The thing I love most about this Harry Styles album, and its self-titled predecessor too, isn’t its music. Though really that’s pretty damn good and I’ll get to it in a minute. What gives me the most pleasure is how much fun Styles is having, how much joy there is in his writing, singing and recording, and how clear it is that this is what he wants to be doing.

That last bit sounds so obvious it’s almost axiomatic: of course it’s what he wants to be doing surely, why do it otherwise? Except that it isn’t a given. Quite the opposite.

Let’s assume that having ditched the (successful and often well done) formula and folderol of the boy band past was a cause for happiness all on its own, though that unfairly assumes he wasn’t enjoying some or many of the things involved in that past.

Making music now with that past regularly brought up; being critiqued by people who automatically assume you’re still a puppet or at least a faker; having some kind of legacy obligation to people who once thought you were ultra fab but aren’t necessarily on the same page as you anymore, musically; and having a few other strings to your creative bow, such as making movies (and hello to you Justin Timberlake) … well, that could very quickly drain the fun out of life’s dream.

Not for Styles. I mean, have you clocked that cover image – those trousers! Those hips! – yet?

From the sunshine-on-the-shoulders yacht rock of Golden, its trilling backing vocals a gust of wind in its sails, to the high and drifting expanse of the title track, which begins like Bon Iver’s For Emma, Forever Ago crossed with Dennis Wilson’s Pacific Blue (think forlorn, beautiful, anchored in something natural) and ends with a rousing brass-driven exultation, Fine Line is awash with an obvious joy.

The joy in being able to switch from the blue-eyed soul of Watermelon Sugar and its update to a Blue Nile-like glistening ‘80s pop soul in Adore You to the barebones balladry of Falling, that never succumbs to indulgence. Or being able to throw some McCartney whimsy-and-melody in the light To Be So Lonely and the even slighter I’ve-been-on-a-Caribbean-cruise-ship Sunflower, Vol. 6, because, well because you like it and damn it, you can.

(And you can because the rest of the album is strong enough to carry these tracks.)

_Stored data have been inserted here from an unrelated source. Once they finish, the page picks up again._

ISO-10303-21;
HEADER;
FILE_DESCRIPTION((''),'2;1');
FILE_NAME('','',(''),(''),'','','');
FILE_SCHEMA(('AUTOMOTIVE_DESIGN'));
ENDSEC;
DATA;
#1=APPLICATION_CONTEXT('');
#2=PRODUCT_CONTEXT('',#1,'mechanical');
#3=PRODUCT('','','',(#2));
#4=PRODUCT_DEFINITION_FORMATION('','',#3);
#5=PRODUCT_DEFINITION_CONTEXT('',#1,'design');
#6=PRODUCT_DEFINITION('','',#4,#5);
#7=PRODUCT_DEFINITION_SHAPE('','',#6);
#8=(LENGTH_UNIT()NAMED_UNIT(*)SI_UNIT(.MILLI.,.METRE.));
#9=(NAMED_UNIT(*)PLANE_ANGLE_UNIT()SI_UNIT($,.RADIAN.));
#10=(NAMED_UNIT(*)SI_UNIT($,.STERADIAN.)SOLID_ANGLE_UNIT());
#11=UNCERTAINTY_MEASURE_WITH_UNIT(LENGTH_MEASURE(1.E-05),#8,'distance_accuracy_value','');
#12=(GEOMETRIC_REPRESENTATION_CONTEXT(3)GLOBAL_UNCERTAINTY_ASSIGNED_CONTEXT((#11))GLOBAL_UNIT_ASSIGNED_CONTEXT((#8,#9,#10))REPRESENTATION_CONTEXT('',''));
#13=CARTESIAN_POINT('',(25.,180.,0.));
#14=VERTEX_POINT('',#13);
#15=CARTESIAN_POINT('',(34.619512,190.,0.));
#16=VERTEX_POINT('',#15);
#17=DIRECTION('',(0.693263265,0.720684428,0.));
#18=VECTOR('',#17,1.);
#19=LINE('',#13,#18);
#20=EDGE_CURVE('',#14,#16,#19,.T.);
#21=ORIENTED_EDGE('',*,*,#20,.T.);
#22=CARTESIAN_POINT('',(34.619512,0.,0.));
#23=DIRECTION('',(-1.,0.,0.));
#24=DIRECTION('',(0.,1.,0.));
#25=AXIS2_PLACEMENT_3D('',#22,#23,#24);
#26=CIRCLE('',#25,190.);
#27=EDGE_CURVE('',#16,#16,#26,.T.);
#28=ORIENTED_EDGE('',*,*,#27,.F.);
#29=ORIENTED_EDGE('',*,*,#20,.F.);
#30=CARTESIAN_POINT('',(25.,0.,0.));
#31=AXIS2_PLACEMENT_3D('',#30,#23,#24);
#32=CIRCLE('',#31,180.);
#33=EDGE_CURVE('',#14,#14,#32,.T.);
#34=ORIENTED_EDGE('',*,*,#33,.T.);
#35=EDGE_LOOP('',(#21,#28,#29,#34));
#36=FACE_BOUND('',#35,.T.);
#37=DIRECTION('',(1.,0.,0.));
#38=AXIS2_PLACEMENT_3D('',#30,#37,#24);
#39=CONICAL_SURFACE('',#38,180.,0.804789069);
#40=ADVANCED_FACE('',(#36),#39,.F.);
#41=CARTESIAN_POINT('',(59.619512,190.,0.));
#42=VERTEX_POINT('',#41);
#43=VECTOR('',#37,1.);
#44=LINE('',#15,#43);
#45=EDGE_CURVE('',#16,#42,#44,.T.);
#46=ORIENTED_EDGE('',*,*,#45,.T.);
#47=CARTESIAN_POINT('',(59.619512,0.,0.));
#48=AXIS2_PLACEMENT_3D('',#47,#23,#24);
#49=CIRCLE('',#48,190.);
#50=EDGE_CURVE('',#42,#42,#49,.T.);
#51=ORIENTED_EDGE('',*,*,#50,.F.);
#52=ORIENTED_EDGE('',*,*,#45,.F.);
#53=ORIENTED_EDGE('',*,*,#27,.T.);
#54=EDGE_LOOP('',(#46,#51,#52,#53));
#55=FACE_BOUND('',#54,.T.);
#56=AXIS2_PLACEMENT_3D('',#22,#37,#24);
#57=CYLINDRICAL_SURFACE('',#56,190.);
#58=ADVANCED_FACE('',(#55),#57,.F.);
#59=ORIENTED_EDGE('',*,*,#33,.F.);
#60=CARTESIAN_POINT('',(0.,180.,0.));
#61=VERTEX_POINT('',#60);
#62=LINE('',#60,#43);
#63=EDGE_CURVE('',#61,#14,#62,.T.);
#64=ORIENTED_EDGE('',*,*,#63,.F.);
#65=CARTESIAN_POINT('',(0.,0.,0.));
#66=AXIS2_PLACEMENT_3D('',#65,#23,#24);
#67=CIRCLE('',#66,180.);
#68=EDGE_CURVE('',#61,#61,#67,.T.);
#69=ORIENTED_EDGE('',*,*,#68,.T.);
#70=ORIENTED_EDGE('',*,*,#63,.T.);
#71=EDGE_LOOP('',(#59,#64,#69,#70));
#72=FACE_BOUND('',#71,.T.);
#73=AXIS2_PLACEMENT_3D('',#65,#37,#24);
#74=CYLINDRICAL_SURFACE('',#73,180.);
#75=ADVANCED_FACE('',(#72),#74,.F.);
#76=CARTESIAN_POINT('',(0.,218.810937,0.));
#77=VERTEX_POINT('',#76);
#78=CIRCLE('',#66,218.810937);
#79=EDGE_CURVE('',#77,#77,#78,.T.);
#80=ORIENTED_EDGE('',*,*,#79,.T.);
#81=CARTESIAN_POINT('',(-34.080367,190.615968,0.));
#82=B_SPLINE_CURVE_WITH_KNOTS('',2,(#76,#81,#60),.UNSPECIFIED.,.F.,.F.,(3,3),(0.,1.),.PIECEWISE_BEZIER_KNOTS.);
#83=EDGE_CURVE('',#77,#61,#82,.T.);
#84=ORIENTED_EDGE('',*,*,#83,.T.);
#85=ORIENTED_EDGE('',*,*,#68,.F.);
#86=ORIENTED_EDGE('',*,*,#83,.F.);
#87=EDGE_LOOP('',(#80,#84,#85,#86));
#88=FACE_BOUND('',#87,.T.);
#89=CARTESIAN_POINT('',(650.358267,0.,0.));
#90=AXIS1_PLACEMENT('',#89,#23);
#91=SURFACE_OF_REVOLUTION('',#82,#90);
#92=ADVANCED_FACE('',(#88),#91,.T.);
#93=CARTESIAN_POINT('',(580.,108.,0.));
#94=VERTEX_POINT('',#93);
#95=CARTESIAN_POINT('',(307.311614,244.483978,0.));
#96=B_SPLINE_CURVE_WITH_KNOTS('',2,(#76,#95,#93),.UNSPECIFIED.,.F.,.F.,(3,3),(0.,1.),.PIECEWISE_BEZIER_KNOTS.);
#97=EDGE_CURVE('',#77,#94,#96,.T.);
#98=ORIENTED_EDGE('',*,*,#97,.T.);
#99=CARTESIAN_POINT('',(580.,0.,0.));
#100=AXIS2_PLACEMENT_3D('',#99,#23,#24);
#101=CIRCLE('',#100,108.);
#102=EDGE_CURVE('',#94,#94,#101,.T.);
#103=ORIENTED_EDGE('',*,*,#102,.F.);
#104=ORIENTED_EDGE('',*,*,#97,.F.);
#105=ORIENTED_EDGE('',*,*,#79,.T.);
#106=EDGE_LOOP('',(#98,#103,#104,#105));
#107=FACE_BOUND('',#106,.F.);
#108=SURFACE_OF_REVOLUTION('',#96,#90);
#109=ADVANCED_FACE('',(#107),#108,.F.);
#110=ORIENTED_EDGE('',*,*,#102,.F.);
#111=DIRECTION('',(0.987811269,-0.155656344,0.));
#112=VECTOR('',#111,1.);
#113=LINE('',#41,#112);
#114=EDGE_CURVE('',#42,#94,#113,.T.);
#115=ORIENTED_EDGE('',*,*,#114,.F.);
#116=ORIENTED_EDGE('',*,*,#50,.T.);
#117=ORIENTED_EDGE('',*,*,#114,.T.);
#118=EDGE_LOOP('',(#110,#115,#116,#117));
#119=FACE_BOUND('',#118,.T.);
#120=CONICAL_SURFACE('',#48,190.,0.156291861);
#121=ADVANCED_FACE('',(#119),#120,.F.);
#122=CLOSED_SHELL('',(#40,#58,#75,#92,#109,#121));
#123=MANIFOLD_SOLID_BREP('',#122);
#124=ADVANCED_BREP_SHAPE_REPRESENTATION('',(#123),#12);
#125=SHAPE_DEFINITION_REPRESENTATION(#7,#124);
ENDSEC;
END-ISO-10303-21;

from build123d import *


with BuildPart() as part:
    # Sketch1 → Revolve1 (revolve)
    with BuildSketch(Plane.XY):
        with BuildLine():
            Line((0, 180), (25, 180))
            Line((25, 180), (34.619512209, 190))
            Line((34.619512209, 190), (59.619512209, 190))
            Line((59.619512209, 190), (580, 108))
            add(Edge.make_bspline(
                [(0, 218.810936871), (307.311613767, 244.48397788), (580, 108)],
                knots=[0, 0, 0, 1, 1, 1], degree=2))
            add(Edge.make_bspline(
                [(0, 218.810936871), (-34.080366536, 190.615967809), (0, 180)],
                knots=[0, 0, 0, 1, 1, 1], degree=2))
        make_face()
    revolve(axis=Axis((650.358266609, 0, 0), (-1, 0, 0)))


solid = part.part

Such delight is infectious when it comes with the acoustic guitar/bongos/whistling shuffle of Canyon Moon, which practically dons its cheesecloth shirt and invites all of Crosby, Stills and Nash to jump in on the chorus. Likewise in the incongruously buoyant Cherry, where Styles begs his ex not to let her new lover have the same naming rights as he had.

And it all makes sense of a song which might otherwise invite derision - and in fact flirts with it furiously – the rather surprisingly self-explanatory Treat People With Kindness. Part a reprise of The Polyphonic Spree’s psych church choir, part a funky ‘70s pop band whose collars and flares were wider than road rules allowed, and part a genuine call for just being better to each other, Treat People With Kindness succeeds despite its many reasons not to in 2019.

Interestingly, given the earlier discussion of post-boy band excitement succumbing to ennui eventually, the album’s centrepiece, Lights Up, is what some of us hoped Timberlake might eventually make.

A gliding groove in a more complex than it feels structure, Lights Up blends the suggestion of existential pondering, a voice pitched high and reaching for more, several waves of gospel, and the tender trap of early ‘70s soul, into a glorious driving at dusk mood that does it all in under three minutes.

No wonder Harry Styles sounds happy.